*What you will do*. In the material below, identify each line bearing the word "Circle". Reproduce those lines.

*Records to process*.
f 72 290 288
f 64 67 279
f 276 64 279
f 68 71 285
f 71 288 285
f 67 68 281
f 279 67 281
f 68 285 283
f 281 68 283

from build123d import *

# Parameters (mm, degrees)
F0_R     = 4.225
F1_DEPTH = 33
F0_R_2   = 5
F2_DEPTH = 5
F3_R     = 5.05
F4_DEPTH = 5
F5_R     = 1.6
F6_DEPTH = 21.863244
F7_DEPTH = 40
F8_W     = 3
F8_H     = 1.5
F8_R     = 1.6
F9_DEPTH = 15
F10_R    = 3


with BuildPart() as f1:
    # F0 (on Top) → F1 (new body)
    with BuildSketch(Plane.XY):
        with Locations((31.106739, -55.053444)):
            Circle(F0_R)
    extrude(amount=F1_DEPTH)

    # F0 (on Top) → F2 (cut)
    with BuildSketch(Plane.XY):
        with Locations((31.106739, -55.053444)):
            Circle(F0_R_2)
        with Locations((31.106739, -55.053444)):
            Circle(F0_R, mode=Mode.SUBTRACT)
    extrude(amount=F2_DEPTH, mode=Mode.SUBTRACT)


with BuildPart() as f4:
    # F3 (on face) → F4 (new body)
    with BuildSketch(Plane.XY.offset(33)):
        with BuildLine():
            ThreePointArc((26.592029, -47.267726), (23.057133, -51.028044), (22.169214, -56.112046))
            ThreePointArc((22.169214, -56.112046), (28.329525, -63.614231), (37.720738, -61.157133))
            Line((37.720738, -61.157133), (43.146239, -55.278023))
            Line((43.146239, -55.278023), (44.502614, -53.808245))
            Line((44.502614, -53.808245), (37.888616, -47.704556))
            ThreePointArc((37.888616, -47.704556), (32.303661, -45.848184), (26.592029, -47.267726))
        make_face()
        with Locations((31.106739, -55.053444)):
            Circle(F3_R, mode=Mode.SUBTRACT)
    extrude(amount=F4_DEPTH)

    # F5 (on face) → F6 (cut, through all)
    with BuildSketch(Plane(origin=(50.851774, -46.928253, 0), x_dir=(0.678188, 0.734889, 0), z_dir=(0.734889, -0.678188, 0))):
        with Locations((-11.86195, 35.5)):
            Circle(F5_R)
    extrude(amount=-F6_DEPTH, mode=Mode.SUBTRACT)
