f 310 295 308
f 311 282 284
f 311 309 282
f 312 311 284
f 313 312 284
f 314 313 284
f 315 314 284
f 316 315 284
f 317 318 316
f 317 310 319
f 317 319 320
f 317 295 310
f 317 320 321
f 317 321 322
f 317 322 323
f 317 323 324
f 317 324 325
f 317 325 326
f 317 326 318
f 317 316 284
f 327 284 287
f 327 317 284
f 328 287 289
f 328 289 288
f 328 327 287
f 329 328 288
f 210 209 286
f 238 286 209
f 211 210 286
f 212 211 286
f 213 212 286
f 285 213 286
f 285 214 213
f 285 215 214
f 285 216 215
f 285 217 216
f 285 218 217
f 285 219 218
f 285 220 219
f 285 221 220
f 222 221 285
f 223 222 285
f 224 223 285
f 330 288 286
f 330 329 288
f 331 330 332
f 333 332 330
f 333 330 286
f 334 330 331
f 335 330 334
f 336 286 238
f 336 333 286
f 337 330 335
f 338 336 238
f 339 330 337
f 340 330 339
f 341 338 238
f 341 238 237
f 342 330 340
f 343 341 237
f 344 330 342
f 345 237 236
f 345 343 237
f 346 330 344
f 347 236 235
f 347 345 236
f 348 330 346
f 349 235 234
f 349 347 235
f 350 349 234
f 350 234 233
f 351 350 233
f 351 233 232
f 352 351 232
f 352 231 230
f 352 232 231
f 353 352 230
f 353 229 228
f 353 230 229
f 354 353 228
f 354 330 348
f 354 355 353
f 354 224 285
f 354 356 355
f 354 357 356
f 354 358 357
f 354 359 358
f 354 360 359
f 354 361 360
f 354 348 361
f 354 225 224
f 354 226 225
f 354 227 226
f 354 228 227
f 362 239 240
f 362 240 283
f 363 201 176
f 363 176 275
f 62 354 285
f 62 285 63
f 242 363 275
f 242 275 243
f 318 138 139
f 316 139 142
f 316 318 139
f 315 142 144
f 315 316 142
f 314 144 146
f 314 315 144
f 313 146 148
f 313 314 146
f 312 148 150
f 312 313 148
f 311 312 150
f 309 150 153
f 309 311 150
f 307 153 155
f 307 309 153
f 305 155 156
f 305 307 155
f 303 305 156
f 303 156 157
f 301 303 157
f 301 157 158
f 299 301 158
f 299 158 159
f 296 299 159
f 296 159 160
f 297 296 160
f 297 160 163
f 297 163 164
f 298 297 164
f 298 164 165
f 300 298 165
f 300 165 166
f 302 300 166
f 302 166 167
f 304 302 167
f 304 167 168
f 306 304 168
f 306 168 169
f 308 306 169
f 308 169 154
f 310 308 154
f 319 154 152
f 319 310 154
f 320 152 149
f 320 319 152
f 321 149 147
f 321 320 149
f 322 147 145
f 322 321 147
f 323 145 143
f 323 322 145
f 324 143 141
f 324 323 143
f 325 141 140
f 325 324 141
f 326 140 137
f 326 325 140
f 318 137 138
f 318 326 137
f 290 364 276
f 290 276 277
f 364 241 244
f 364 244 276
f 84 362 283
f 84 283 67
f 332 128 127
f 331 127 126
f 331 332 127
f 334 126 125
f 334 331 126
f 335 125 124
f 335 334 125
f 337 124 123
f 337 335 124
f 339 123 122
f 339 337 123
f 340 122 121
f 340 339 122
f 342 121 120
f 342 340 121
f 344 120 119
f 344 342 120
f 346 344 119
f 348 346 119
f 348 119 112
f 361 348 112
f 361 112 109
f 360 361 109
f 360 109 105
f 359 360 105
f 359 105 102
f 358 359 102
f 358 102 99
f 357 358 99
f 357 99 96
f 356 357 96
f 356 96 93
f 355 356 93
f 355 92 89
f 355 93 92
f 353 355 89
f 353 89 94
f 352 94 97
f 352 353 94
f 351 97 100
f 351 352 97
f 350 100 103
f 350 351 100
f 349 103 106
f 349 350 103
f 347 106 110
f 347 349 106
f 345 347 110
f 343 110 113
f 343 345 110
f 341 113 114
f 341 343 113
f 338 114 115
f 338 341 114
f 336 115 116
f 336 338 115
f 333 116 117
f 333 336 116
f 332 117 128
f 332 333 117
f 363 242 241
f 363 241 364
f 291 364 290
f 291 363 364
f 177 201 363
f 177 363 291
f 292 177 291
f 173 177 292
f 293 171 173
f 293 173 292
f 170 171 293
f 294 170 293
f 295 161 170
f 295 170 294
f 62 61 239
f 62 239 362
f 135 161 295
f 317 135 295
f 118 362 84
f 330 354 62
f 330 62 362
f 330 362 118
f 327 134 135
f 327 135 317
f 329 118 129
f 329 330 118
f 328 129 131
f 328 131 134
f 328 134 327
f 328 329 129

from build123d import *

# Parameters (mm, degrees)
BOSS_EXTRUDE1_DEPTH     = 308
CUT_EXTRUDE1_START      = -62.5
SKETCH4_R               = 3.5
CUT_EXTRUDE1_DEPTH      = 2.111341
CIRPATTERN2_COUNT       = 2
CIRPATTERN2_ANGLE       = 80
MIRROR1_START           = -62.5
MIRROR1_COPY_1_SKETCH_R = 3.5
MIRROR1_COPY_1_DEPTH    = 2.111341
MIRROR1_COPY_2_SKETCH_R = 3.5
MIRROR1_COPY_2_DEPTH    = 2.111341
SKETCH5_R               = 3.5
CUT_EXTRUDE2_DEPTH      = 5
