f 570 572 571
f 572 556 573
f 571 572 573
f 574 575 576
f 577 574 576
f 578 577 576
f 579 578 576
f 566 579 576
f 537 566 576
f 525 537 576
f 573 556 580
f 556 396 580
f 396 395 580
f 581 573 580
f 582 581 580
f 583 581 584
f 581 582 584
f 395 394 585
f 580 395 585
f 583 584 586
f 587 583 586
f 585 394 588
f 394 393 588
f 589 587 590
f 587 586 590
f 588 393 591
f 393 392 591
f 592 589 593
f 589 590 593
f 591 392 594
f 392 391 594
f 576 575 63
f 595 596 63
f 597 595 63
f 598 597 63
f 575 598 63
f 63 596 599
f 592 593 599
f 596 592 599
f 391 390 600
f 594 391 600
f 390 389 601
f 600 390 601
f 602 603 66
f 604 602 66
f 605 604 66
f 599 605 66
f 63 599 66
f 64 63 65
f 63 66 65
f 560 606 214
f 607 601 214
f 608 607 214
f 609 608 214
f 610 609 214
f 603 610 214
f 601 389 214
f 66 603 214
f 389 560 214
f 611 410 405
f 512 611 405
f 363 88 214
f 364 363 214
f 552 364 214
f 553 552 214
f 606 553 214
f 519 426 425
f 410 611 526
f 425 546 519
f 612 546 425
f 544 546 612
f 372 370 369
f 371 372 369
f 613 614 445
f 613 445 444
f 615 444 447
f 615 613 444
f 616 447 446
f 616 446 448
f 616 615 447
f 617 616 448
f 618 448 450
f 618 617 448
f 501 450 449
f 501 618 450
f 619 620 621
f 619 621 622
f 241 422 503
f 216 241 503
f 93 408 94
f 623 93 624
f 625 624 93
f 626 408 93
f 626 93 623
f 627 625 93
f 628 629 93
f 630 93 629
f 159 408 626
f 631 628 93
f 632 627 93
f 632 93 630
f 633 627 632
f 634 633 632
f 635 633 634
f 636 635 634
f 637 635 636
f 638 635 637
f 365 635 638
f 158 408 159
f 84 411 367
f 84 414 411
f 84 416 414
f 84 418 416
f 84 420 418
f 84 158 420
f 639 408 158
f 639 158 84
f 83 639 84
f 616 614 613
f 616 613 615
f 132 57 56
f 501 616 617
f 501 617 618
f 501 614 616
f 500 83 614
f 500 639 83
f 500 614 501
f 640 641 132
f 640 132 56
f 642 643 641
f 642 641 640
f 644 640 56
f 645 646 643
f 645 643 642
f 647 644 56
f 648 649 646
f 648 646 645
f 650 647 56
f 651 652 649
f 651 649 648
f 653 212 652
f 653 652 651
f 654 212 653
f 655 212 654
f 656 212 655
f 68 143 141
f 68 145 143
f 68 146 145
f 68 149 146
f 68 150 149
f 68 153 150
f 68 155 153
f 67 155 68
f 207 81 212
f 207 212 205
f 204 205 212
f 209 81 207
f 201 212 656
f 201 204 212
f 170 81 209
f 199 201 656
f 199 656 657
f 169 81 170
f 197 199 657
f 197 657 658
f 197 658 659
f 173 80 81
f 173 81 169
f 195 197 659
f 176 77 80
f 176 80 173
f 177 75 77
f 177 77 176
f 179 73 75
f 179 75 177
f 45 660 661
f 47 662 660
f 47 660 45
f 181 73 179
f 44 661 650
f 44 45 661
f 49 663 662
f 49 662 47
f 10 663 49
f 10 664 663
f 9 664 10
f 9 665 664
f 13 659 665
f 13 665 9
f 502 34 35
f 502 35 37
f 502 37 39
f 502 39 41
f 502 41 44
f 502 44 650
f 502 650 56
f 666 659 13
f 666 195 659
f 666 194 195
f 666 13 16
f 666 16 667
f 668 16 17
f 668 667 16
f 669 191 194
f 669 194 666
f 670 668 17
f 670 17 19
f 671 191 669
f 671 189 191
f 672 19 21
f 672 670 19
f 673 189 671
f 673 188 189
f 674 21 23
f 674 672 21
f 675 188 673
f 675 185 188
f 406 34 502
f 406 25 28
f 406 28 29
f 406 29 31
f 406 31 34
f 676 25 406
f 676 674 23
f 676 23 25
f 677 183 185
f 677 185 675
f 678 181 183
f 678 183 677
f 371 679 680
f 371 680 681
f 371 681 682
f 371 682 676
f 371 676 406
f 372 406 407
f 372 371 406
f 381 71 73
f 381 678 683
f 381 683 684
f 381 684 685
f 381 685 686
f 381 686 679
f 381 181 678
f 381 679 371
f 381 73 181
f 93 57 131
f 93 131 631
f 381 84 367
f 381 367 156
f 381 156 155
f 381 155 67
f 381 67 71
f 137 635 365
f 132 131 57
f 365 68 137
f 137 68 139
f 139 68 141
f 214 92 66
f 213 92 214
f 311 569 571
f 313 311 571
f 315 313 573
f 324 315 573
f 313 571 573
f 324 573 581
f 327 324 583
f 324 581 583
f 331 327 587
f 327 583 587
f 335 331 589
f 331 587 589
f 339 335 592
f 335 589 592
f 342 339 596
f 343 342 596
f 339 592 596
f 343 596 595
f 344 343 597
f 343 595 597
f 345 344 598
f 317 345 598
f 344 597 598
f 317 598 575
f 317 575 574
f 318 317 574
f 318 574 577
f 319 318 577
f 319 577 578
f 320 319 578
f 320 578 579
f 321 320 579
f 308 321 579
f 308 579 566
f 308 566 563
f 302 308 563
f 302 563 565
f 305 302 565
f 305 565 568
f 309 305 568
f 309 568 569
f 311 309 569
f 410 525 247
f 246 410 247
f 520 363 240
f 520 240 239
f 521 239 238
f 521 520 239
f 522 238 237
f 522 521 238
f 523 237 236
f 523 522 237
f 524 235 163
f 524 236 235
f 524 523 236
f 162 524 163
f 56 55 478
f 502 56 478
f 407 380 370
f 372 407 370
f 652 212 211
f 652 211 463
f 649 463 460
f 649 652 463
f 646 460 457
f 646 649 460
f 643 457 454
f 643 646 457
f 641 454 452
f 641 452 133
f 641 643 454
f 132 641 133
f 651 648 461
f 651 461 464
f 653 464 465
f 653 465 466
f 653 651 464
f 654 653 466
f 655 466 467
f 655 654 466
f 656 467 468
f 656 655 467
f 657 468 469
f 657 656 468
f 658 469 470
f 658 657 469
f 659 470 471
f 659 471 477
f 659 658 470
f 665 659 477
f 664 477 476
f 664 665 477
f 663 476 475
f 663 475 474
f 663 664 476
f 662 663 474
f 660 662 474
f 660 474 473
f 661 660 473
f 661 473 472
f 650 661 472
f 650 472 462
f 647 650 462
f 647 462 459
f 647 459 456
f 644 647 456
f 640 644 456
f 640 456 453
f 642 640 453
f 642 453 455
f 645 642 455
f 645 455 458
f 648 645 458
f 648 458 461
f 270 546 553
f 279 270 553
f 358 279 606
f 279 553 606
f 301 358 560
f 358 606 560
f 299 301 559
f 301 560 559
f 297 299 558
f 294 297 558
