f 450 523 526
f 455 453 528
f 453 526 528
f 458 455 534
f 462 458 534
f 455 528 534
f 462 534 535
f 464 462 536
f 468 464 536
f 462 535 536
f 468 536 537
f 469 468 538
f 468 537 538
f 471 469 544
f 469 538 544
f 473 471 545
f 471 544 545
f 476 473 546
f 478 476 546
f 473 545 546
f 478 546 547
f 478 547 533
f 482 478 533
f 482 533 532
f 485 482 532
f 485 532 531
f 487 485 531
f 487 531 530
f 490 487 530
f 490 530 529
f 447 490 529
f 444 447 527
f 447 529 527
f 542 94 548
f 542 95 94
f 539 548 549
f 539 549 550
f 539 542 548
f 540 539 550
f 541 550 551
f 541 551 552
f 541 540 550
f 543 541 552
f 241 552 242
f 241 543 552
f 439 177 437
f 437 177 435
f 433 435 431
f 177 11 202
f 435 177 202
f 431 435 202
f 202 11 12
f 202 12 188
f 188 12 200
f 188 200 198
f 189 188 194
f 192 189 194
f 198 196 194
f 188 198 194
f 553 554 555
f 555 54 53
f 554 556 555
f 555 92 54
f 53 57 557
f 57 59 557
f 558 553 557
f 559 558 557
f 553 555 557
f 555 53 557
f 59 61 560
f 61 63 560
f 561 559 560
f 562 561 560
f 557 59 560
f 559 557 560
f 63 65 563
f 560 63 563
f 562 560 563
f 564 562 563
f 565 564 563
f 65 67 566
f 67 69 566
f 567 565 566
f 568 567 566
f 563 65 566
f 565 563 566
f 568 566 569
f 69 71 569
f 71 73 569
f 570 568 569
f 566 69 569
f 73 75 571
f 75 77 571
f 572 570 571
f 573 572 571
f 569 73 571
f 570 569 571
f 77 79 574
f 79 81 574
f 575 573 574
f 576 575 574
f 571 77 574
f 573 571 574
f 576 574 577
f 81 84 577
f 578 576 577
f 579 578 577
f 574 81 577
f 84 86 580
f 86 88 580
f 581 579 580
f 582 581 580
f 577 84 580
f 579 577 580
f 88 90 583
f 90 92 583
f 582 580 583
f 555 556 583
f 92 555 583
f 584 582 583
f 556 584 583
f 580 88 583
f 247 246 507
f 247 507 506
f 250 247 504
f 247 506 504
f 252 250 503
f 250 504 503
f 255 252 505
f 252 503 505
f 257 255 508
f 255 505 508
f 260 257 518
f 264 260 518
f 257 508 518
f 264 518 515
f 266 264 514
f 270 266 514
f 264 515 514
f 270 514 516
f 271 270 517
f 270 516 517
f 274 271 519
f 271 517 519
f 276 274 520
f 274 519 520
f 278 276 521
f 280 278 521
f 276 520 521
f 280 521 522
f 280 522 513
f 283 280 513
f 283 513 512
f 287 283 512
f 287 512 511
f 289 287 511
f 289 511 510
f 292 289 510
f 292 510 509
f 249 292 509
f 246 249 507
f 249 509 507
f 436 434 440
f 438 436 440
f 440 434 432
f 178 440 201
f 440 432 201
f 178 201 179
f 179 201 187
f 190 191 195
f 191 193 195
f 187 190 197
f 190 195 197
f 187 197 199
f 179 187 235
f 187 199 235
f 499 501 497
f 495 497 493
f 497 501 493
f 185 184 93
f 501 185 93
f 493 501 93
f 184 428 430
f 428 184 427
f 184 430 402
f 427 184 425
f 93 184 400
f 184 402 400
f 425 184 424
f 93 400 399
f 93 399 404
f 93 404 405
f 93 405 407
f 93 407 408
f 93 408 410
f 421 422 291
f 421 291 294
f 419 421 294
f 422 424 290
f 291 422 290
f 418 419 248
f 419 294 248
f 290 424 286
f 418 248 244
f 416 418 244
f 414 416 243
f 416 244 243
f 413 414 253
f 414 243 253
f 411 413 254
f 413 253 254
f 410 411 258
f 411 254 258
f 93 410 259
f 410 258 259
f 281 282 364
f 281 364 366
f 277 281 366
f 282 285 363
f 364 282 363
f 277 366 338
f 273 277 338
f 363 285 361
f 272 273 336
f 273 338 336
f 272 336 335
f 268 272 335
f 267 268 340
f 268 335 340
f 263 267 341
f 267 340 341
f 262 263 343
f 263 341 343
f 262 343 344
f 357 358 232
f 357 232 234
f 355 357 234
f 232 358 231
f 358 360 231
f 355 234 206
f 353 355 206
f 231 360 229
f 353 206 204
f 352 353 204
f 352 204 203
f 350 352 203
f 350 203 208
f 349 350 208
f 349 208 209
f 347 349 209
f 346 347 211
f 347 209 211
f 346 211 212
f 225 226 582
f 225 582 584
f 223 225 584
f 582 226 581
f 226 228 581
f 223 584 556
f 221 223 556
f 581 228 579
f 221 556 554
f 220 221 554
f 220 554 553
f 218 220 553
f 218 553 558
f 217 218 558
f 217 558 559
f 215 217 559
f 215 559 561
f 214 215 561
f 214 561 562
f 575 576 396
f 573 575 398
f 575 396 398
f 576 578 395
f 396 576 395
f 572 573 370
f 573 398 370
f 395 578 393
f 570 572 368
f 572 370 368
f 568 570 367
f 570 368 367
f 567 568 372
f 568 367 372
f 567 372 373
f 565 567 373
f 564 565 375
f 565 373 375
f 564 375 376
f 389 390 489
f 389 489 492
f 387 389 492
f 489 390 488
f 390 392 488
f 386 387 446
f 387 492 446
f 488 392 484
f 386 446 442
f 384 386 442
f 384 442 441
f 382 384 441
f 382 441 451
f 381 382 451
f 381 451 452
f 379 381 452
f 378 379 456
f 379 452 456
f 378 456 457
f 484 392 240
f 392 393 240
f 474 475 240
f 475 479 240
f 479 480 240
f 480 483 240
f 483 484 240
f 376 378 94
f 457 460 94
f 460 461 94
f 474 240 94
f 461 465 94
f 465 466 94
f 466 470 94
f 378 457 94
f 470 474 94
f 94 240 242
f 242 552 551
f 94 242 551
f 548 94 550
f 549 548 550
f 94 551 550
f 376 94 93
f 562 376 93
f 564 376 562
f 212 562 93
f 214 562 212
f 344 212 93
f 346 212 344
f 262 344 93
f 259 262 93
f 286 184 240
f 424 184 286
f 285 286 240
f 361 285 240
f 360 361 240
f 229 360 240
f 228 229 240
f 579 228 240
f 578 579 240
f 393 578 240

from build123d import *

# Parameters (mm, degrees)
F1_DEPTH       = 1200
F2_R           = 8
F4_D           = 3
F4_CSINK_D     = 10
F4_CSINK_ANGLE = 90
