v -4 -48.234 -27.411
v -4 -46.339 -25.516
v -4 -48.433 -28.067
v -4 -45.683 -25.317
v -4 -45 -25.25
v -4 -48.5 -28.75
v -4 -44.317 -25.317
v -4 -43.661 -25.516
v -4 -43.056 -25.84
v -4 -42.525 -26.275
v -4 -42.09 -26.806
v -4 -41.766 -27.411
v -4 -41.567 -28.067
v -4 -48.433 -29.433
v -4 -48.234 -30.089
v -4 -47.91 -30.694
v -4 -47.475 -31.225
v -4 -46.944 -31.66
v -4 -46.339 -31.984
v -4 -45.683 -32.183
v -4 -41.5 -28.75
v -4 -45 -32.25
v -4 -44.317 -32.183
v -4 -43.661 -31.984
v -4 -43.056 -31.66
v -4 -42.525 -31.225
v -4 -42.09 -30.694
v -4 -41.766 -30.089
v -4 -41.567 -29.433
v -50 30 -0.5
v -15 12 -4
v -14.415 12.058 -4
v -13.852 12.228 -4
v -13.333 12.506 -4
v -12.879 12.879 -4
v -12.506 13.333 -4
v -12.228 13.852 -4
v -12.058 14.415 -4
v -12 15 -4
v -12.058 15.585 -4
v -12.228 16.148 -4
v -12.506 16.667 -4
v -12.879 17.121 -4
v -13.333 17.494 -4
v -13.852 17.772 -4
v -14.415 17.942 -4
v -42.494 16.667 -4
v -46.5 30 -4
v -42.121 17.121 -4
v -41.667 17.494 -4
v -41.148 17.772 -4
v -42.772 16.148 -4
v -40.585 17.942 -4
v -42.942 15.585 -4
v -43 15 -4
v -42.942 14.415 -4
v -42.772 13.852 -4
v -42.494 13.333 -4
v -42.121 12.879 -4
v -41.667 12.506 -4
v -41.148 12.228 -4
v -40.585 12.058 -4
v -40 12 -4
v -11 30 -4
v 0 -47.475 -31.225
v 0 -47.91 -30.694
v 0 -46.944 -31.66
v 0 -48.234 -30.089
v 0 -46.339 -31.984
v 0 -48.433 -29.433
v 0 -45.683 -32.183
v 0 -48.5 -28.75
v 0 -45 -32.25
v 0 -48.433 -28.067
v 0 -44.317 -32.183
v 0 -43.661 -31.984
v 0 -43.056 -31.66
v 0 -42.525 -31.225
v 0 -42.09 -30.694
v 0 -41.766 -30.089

*Output for this task*.
            Circle(F0_R)
            Circle(F0_R_2)
            Circle(F0_R, mode=Mode.SUBTRACT)
            Circle(F3_R, mode=Mode.SUBTRACT)
            Circle(F5_R)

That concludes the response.